Multi-parameter Quantum Magnetometry with Spin States in coarsened measurement reference

TL;DR

This paper explores multi-parameter quantum magnetometry using spin states, demonstrating improved simultaneous estimation precision over independent methods, even with measurement imperfections like coarsened references.

Contribution

It derives a general expression for simultaneous estimation precision and analyzes the impact of measurement coarsening on estimation performance.

Findings

Simultaneous estimation outperforms independent estimation with perfect measurements.

Coarsened measurement references can reduce the advantage of simultaneous estimation.
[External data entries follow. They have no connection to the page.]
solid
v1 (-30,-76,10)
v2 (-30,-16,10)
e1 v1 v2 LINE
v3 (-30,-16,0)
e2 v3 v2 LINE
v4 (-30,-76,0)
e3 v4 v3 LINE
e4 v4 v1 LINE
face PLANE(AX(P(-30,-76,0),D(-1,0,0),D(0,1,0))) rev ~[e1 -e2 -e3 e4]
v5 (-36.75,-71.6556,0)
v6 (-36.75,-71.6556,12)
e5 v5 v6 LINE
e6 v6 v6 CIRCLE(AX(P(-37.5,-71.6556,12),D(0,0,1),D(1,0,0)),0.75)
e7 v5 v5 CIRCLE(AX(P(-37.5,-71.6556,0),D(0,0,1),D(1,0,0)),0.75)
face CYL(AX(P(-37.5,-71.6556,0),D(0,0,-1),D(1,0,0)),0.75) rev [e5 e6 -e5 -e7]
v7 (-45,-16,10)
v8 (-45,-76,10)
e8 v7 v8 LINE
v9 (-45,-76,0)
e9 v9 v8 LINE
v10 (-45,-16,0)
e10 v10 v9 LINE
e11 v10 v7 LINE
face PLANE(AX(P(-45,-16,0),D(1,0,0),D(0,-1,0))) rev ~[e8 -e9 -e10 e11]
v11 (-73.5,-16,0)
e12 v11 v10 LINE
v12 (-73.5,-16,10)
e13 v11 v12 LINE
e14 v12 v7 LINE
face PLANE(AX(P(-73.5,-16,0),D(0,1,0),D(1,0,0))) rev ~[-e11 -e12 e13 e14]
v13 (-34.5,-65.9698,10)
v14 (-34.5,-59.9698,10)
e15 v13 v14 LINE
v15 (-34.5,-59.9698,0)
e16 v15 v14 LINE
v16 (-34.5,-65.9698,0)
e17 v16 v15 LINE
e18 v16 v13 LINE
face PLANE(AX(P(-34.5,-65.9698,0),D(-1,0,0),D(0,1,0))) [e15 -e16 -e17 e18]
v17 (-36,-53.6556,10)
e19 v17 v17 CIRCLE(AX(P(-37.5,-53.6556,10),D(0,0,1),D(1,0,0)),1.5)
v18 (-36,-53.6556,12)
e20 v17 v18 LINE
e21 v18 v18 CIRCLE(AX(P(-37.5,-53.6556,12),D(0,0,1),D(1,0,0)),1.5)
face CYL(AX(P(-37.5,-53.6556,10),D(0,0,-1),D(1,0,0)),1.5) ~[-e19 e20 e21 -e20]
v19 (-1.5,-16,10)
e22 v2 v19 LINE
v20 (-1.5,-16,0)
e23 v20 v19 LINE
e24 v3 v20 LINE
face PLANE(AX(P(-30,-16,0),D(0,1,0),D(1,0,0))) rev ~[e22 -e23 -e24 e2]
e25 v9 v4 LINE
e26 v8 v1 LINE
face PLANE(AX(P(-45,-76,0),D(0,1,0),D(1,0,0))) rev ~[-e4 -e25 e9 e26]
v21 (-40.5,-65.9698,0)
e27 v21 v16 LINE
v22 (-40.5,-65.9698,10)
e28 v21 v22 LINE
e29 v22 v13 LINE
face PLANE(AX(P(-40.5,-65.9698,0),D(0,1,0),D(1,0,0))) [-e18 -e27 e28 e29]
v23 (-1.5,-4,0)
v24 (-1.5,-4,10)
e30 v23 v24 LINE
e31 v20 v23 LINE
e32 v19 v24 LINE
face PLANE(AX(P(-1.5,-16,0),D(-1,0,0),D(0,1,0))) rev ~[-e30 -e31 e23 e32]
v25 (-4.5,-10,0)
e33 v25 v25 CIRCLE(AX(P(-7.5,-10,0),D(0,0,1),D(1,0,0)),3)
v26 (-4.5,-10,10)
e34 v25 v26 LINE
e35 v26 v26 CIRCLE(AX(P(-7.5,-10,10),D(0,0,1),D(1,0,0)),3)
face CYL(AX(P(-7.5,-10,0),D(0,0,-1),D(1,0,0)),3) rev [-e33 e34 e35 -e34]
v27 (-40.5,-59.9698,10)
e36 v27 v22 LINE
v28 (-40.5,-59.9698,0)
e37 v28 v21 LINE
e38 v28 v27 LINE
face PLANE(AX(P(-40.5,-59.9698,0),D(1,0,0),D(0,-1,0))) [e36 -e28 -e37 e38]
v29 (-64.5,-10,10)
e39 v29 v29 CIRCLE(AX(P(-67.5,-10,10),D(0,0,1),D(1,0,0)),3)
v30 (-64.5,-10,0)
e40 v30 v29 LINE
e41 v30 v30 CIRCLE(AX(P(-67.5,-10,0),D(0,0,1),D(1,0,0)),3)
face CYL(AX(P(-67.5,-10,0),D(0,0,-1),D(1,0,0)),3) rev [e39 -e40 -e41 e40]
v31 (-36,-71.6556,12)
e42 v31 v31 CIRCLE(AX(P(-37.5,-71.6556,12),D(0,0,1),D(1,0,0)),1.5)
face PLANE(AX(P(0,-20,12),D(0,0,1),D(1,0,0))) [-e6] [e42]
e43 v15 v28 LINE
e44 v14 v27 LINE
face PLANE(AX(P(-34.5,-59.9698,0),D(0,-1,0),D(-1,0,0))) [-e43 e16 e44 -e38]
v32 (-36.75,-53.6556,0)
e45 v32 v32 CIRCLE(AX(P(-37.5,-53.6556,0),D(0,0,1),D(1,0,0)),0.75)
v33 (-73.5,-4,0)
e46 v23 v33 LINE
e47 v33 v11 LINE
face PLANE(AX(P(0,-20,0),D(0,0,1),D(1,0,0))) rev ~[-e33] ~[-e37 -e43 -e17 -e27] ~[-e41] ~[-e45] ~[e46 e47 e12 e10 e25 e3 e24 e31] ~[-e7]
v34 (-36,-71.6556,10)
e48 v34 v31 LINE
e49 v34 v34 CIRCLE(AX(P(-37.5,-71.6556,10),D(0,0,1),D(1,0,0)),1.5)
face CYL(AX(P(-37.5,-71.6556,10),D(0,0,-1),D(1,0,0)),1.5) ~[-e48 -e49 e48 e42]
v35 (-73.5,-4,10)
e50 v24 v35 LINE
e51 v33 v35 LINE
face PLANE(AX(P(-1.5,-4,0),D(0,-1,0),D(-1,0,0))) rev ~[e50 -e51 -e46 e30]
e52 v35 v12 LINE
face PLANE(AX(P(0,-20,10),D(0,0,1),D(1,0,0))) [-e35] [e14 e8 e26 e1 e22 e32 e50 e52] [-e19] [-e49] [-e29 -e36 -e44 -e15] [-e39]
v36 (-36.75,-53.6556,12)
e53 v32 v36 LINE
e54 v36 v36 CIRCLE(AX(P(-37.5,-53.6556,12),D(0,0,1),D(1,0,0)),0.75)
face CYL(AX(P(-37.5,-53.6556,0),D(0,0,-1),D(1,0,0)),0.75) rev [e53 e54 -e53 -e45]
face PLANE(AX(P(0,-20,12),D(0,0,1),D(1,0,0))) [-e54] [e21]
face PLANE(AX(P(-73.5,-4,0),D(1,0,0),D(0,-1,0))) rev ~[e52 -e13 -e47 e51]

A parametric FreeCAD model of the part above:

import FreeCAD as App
import Part
import Sketcher
from FreeCAD import Vector
Q = App.Units.Quantity

doc = App.newDocument("Part")
params = doc.addObject("Spreadsheet::Sheet", "Params")
for row, (alias, value) in enumerate([
    ("sketch1_diameter", "6 mm"),
    ("sketch1_diameter2", "1.5 mm"),
    ("sketch1_width", "15 mm"),
    ("sketch1_width2", "6 mm"),
    ("sketch1_height", "60 mm"),
    ("pad1_length", "10 mm"),
    ("sketch2_diameter", "3 mm"),
    ("sketch2_diameter2", "1.5 mm"),
    ("pad2_length", "2 mm"),
], start=1):
    params.set(f"A{row}", alias)
    params.set(f"B{row}", "=" + value)
    params.setAlias(f"B{row}", alias)

body = doc.addObject("PartDesign::Body", "Body")

sketch1 = body.newObject("Sketcher::SketchObject", "Sketch")
sketch1.AttachmentSupport = (doc.getObject("XY_Plane"), [""])
sketch1.MapMode = "FlatFace"
sketch1.addGeometry([
    Part.LineSegment(Vector(-1.5, -16, 0), Vector(-1.5, -4, 0)),
    Part.LineSegment(Vector(-1.5, -4, 0), Vector(-73.5, -4, 0)),
    Part.LineSegment(Vector(-73.5, -4, 0), Vector(-73.5, -16, 0)),
    Part.LineSegment(Vector(-73.5, -16, 0), Vector(-45, -16, 0)),
    Part.LineSegment(Vector(-45, -16, 0), Vector(-45, -76, 0)),
    Part.LineSegment(Vector(-45, -76, 0), Vector(-30, -76, 0)),
    Part.LineSegment(Vector(-30, -76, 0), Vector(-30, -16, 0)),
    Part.LineSegment(Vector(-30, -16, 0), Vector(-1.5, -16, 0)),
    Part.LineSegment(Vector(-40.5, -60, 0), Vector(-34.5, -60, 0)),
    Part.LineSegment(Vector(-34.5, -60, 0), Vector(-34.5, -66, 0)),
    Part.LineSegment(Vector(-34.5, -66, 0), Vector(-40.5, -66, 0)),
    Part.LineSegment(Vector(-40.5, -66, 0), Vector(-40.5, -60, 0)),
    Part.Circle(Vector(-67.5, -10, 0), Vector(0, 0, 1), 3),
    Part.Circle(Vector(-7.5, -10, 0), Vector(0, 0, 1), 3),
    Part.Circle(Vector(-37.5, -71.7, 0), Vector(0, 0, 1), 0.8),
    Part.Circle(Vector(-37.5, -53.7, 0), Vector(0, 0, 1), 0.8),
], False)
sketch1.addConstraint([
    Sketcher.Constraint("Coincident", 0, 2, 1, 1),
    Sketcher.Constraint("Coincident", 1, 2, 2, 1),
    Sketcher.Constraint("Coincident", 2, 2, 3, 1),
    Sketcher.Constraint("Coincident", 3, 2, 4, 1),
    Sketcher.Constraint("Coincident", 4, 2, 5, 1),
    Sketcher.Constraint("Coincident", 5, 2, 6, 1),
    Sketcher.Constraint("Coincident", 6, 2, 7, 1),
    Sketcher.Constraint("Coincident", 7, 2, 0, 1),
    Sketcher.Constraint("Coincident", 8, 2, 9, 1),
    Sketcher.Constraint("Coincident", 9, 2, 10, 1),
    Sketcher.Constraint("Coincident", 10, 2, 11, 1),
    Sketcher.Constraint("Coincident", 11, 2, 8, 1),
    Sketcher.Constraint("Vertical", 0),
    Sketcher.Constraint("Horizontal", 1),
    Sketcher.Constraint("Vertical", 2),
    Sketcher.Constraint("Horizontal", 3),
    Sketcher.Constraint("Vertical", 4),
    Sketcher.Constraint("Horizontal", 5),
    Sketcher.Constraint("Vertical", 6),
    Sketcher.Constraint("Horizontal", 7),
    Sketcher.Constraint("Horizontal", 8),
    Sketcher.Constraint("Vertical", 9),
    Sketcher.Constraint("Horizontal", 10),
    Sketcher.Constraint("Vertical", 11),
    Sketcher.Constraint("Equal", 12, 13),
    Sketcher.Constraint("Equal", 14, 15),
    Sketcher.Constraint("Horizontal", 12, 3, 13, 3),
    Sketcher.Constraint("Horizontal", 3, 2, 6, 2),
    Sketcher.Constraint("Vertical", 14, 3, 15, 3),
    Sketcher.Constraint("Equal", 3, 7),
    Sketcher.Constraint("Equal", 10, 9),
    Sketcher.Constraint("Diameter", 12, Q("6 mm")),
    Sketcher.Constraint("Diameter", 14, Q("1.5 mm")),
    Sketcher.Constraint("DistanceX", 5, 1, 5, 2, Q("15 mm")),
    Sketcher.Constraint("DistanceX", 8, 1, 8, 2, Q("6 mm")),
    Sketcher.Constraint("DistanceY", 4, 2, 4, 1, Q("60 mm")),
    Sketcher.Constraint("DistanceX", 5, 2, -1, 1, Q("30 mm")),
    Sketcher.Constraint("DistanceX", 12, 3, 13, 3, Q("60 mm")),
    Sketcher.Constraint("DistanceX", 12, 3, 14, 3, Q("30 mm")),
    Sketcher.Constraint("DistanceY", 14, 3, 15, 3, Q("18 mm")),
    Sketcher.Constraint("DistanceX", 13, 3, 0, 2, Q("6 mm")),
    Sketcher.Constraint("DistanceY", 13, 3, 0, 2, Q("6 mm")),
    Sketcher.Constraint("DistanceX", 1, 2, 12, 3, Q("6 mm")),
    Sketcher.Constraint("DistanceY", 2, 2, 12, 3, Q("6 mm")),
    Sketcher.Constraint("DistanceX", 15, 3, 8, 2, Q("3 mm")),
    Sketcher.Constraint("DistanceY", 12, 3, -1, 1, Q("10 mm")),
    Sketcher.Constraint("DistanceY", 4, 2, 14, 3, Q("4.3444 mm")),
    Sketcher.Constraint("DistanceY", 8, 2, -1, 1, Q("59.9698 mm")),
])
sketch1.setExpression("Constraints[31]", "Params.sketch1_diameter")
sketch1.setExpression("Constraints[32]", "Params.sketch1_diameter2")
sketch1.setExpression("Constraints[33]", "Params.sketch1_width")
sketch1.setExpression("Constraints[34]", "Params.sketch1_width2")
sketch1.setExpression("Constraints[35]", "Params.sketch1_height")
pad1 = body.newObject("PartDesign::Pad", "Pad")
pad1.Profile = sketch1
pad1.setExpression("Length", "Params.pad1_length")

sketch2 = body.newObject("Sketcher::SketchObject", "Sketch001")
sketch2.AttachmentSupport = (doc.getObject("XY_Plane"), [""])
sketch2.MapMode = "FlatFace"
sketch2.AttachmentOffset = App.Placement(Vector(0, 0, 10), App.Rotation())
sketch2.addGeometry([
    Part.Circle(Vector(-37.5, -53.7, 0), Vector(0, 0, 1), 1.5),
    Part.Circle(Vector(-37.5, -53.7, 0), Vector(0, 0, 1), 0.8),
    Part.Circle(Vector(-37.5, -71.7, 0), Vector(0, 0, 1), 1.5),
    Part.Circle(Vector(-37.5, -71.7, 0), Vector(0, 0, 1), 0.8),
], False)
sketch2.addConstraint([
    Sketcher.Constraint("Coincident", 1, 3, 0, 3),
    Sketcher.Constraint("Coincident", 3, 3, 2, 3),
    Sketcher.Constraint("Equal", 0, 2),
    Sketcher.Constraint("Equal", 1, 3),
    Sketcher.Constraint("Vertical", 1, 3, 2, 3),
    Sketcher.Constraint("Diameter", 0, Q("3 mm")),
    Sketcher.Constraint("Diameter", 1, Q("1.5 mm")),
    Sketcher.Constraint("DistanceY", 2, 3, 0, 3, Q("18 mm")),
    Sketcher.Constraint("DistanceX", 0, 3, -1, 1, Q("37.5 mm")),
    Sketcher.Constraint("DistanceY", 0, 3, -1, 1, Q("53.6556 mm")),
])
sketch2.setExpression("Constraints[5]", "Params.sketch2_diameter")
sketch2.setExpression("Constraints[6]", "Params.sketch2_diameter2")
pad2 = body.newObject("PartDesign::Pad", "Pad001")
pad2.Profile = sketch2
pad2.setExpression("Length", "Params.pad2_length")

doc.recompute()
Rotation around the y-axis maintains the superiority of simultaneous estimation despite imperfections.

Abstract

We investigate the simultaneous estimation of the intensity and the orientation of a magnetic field by the multi-parameter quantum Fisher information matrix. A general expression is achieved for the simultaneous estimation precision of the intensity and the orientation, which is better than the independent estimation precision for the given number of spin states. Moreover, we consider an imperfect measurement device, coarsened measurement reference. For the case of the measurement reference rotating around the $y-$axis randomly, the simultaneous estimation always performs better than the independent estimation. For all other cases, the simultaneous estimation precision will not perform better than the independent estimation when the coarsened degree is larger than a certain value.